Vu la décision par laquelle la présidente du tribunal a désigné M. Pascal pour statuer sur les demandes de référés.
Les parties ont été régulièrement averties du jour de l’audience.
Au cours de l’audience publique du 30 janvier 2020 à 11 heures, M. Pascal a lu son rapport et entendu Me Hanan Hmad, pour M. AB et Mme AC, laquelle maintient sa demande de liquidation de l’astreinte.
La clôture de l’instruction a été prononcée à l’issue de l’audience.
Considérant ce qui suit :
Sur l’admission provisoire à l’aide juridictionnelle :
1. Aux termes de l’article 11 de la loi du 10 juillet 1991 susvisée :
< L’aide juridictionnelle s’applique de plein droit aux procédures, actes ou mesures d’exécution des décisions de justice obtenues avec son bénéfice, à moins que l’exécution ne soit suspendue plus d’une année pour une cause autre que l’exercice d’une voie de recours ou d’une décision de sursis à exécution. / Ces procédures, actes ou mesures s’entendent de ceux qui sont la conséquence de la décision de justice (…) ».
2. M. AB et Mme AC ont déposé une demande d’aide juridictionnelle pour la procédure ayant donné lieu à l’ordonnance du 31 octobre 2019 et obtenu le bénéfice de
l’aide juridictionnelle provisoire.
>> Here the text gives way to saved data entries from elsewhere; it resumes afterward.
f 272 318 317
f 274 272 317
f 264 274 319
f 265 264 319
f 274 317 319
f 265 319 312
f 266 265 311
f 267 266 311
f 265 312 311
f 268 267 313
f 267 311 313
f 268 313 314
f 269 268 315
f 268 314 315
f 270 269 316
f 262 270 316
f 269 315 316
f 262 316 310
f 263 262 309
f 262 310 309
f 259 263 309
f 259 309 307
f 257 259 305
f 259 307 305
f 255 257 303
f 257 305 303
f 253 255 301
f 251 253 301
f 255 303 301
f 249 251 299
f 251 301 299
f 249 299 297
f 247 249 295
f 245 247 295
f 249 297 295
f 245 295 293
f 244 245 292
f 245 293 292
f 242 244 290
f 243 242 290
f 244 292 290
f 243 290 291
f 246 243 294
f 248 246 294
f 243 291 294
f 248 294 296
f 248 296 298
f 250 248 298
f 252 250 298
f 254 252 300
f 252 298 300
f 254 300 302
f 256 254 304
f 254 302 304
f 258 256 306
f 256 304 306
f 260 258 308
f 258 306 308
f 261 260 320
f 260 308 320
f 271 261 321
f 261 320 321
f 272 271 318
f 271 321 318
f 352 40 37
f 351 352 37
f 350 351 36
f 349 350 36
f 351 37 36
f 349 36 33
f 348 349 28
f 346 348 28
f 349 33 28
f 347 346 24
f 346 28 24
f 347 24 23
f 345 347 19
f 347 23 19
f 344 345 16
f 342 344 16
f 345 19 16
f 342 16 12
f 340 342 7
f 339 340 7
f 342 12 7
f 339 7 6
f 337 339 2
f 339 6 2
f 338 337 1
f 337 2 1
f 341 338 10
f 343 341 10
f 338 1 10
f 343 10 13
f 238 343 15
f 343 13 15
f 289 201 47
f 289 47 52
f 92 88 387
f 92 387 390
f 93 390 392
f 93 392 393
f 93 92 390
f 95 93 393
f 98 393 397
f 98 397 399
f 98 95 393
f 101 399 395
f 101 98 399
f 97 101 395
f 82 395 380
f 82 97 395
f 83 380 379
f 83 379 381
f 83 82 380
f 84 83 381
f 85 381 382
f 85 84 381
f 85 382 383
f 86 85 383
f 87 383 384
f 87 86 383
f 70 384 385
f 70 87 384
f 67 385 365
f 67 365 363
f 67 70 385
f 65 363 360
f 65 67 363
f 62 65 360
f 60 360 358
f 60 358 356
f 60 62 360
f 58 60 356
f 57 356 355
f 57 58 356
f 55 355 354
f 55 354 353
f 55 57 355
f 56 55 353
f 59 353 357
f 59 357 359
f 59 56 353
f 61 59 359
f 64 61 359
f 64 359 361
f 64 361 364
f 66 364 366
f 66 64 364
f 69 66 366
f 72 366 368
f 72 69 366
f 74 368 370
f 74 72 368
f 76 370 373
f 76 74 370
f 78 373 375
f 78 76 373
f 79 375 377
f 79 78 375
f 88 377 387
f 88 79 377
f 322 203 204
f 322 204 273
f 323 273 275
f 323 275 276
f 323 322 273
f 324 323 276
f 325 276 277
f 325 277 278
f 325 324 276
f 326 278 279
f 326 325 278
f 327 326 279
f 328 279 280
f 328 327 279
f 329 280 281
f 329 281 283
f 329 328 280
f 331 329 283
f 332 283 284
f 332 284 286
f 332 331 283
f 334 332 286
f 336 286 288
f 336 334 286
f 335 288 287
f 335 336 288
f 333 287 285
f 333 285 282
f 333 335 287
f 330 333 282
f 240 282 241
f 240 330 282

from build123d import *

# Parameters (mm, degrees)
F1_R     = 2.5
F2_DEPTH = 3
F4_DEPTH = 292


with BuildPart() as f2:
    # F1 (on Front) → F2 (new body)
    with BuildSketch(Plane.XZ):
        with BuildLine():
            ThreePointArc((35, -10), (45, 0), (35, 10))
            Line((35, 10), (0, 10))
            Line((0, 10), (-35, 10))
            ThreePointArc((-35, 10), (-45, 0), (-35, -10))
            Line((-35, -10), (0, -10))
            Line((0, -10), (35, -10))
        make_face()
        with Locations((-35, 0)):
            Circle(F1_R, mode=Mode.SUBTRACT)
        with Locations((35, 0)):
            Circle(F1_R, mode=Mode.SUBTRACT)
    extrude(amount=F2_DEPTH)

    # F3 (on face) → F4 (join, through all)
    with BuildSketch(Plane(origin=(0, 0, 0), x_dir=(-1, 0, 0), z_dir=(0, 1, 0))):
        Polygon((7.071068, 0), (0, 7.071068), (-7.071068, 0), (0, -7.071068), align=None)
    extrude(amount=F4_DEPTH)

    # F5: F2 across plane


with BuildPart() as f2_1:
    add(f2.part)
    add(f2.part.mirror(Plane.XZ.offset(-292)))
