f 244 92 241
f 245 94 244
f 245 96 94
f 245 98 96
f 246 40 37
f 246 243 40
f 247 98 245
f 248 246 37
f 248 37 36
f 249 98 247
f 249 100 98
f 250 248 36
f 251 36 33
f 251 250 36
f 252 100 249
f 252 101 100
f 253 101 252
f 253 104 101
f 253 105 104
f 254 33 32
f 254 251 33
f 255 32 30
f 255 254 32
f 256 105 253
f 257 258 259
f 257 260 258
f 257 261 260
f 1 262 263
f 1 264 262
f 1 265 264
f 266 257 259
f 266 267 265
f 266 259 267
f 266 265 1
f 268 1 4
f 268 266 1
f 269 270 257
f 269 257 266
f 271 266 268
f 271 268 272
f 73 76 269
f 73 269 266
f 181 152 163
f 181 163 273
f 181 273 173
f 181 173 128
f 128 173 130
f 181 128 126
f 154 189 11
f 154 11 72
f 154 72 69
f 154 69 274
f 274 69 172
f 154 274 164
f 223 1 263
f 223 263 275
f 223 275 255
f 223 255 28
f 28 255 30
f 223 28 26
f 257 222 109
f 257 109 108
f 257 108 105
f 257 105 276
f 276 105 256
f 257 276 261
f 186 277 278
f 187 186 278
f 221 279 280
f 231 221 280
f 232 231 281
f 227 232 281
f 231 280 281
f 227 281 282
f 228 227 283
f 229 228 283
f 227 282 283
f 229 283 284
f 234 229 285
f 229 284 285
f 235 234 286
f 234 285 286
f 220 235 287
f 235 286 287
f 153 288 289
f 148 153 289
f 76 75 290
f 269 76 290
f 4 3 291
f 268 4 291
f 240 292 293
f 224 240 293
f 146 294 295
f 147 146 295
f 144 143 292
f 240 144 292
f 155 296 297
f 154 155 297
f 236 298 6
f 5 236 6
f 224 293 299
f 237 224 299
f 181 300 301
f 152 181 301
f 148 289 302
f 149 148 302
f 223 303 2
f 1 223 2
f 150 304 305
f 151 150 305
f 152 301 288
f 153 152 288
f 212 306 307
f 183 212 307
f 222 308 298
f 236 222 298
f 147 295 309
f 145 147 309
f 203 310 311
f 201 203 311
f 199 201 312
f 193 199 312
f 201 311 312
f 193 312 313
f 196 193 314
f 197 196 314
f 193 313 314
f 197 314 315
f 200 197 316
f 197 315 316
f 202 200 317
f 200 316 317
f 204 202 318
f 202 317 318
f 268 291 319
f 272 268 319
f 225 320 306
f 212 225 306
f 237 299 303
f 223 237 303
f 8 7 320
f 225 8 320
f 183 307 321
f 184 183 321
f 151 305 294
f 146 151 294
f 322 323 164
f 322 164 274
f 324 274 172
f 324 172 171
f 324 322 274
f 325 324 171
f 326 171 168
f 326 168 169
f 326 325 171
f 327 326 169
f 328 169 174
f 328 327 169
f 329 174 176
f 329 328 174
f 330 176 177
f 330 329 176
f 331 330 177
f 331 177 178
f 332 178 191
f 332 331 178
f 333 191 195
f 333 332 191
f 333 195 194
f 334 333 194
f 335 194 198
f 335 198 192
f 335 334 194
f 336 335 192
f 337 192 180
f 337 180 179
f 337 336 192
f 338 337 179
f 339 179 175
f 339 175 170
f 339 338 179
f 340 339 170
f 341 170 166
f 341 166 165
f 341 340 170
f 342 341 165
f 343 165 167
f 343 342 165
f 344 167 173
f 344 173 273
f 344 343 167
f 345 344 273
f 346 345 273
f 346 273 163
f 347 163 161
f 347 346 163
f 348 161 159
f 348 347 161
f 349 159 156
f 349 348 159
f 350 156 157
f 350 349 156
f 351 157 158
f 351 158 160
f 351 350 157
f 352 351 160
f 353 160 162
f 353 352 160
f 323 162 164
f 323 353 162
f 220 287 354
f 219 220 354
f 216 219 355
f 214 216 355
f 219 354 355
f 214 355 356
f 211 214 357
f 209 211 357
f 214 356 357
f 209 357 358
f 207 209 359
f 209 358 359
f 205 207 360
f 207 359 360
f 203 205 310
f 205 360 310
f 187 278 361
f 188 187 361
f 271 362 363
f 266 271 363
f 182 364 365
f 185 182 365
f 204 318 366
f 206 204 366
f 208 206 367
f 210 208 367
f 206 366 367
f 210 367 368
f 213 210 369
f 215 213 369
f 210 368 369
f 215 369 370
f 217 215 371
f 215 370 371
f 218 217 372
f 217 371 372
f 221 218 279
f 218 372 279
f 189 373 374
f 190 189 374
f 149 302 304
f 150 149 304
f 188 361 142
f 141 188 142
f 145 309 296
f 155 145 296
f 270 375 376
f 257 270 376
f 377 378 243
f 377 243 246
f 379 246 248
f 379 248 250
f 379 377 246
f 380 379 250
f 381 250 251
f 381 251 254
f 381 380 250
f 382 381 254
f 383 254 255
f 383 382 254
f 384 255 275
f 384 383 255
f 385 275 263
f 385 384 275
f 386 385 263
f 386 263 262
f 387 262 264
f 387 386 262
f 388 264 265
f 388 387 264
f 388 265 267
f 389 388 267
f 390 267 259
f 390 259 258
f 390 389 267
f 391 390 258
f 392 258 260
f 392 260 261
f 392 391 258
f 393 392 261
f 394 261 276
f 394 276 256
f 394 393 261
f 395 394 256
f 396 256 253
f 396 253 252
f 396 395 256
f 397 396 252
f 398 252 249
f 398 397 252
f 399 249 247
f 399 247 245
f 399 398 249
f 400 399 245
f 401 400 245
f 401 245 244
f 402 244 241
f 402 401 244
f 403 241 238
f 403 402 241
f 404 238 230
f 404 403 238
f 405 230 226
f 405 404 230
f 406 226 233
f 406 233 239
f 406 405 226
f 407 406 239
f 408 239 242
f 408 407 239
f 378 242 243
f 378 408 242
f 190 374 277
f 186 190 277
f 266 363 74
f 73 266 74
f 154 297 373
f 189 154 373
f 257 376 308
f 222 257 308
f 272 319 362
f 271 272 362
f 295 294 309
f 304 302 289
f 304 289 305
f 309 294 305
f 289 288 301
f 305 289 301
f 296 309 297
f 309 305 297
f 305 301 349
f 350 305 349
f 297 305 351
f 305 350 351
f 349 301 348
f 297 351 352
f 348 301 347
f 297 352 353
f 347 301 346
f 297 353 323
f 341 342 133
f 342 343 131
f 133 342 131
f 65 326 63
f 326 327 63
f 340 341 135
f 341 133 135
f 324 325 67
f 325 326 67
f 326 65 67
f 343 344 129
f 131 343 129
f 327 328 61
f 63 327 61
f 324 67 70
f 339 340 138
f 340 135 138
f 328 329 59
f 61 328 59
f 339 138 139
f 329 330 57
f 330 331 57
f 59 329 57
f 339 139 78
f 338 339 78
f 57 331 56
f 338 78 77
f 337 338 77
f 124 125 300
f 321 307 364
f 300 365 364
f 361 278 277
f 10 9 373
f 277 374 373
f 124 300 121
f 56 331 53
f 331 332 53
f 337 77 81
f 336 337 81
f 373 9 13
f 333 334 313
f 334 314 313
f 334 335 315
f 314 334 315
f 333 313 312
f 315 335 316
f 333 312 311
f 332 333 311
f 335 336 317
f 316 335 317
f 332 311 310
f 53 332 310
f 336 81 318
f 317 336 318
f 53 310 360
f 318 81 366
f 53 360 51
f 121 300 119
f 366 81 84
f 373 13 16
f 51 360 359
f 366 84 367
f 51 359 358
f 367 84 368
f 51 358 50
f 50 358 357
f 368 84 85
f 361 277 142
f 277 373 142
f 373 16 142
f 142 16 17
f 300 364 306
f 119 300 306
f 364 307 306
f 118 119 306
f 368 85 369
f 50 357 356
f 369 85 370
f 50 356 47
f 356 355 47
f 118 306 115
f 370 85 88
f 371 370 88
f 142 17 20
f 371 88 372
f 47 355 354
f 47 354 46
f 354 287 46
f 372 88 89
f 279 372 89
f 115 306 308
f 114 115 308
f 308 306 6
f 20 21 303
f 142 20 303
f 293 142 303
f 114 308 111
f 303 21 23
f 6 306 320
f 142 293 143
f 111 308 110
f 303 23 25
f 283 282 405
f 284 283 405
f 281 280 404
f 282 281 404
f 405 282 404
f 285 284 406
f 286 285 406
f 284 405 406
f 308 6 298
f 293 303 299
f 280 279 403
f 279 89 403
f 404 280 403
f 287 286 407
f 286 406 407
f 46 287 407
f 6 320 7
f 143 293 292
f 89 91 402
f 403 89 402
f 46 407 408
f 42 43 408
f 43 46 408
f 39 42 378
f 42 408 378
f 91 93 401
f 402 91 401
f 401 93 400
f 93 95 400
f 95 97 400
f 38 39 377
L’aide juridictionnelle ainsi accordée à titre provisoire s’applique de plein droit à la procédure engagée par les intéressés en vue d’obtenir l’exécution de cette ordonnance. Par suite, les conclusions présentées par les requérants tendant à ce que leur soit accordée l’aide juridictionnelle provisoire dans le cadre de la présente instance sont sans objet et ne peuvent qu’être rejetées.
N° 2000454
Sur la liquidation de l’astreinte :
3. Aux termes de l’article L. 911-6 du code de justice administrative, « L’astreinte est provisoire ou définitive. Elle doit être considérée comme provisoire à moins que la juridiction n’ait précisé son caractère définitif ». Aux termes de l’article L. 911-7 de ce code, « En cas
d’inexécution totale ou partielle ou d’exécution tardive, la juridiction procède à la liquidation de l’astreinte qu’elle avait prononcée. Sauf s’il est établi que l’inexécution de la décision provient d’un cas fortuit ou de force majeure, la juridiction ne peut modifier le taux de l’astreinte définitive lors de sa liquidation. Elle peut modérer ou supprimer l’astreinte provisoire, même en cas d’inexécution constatée ».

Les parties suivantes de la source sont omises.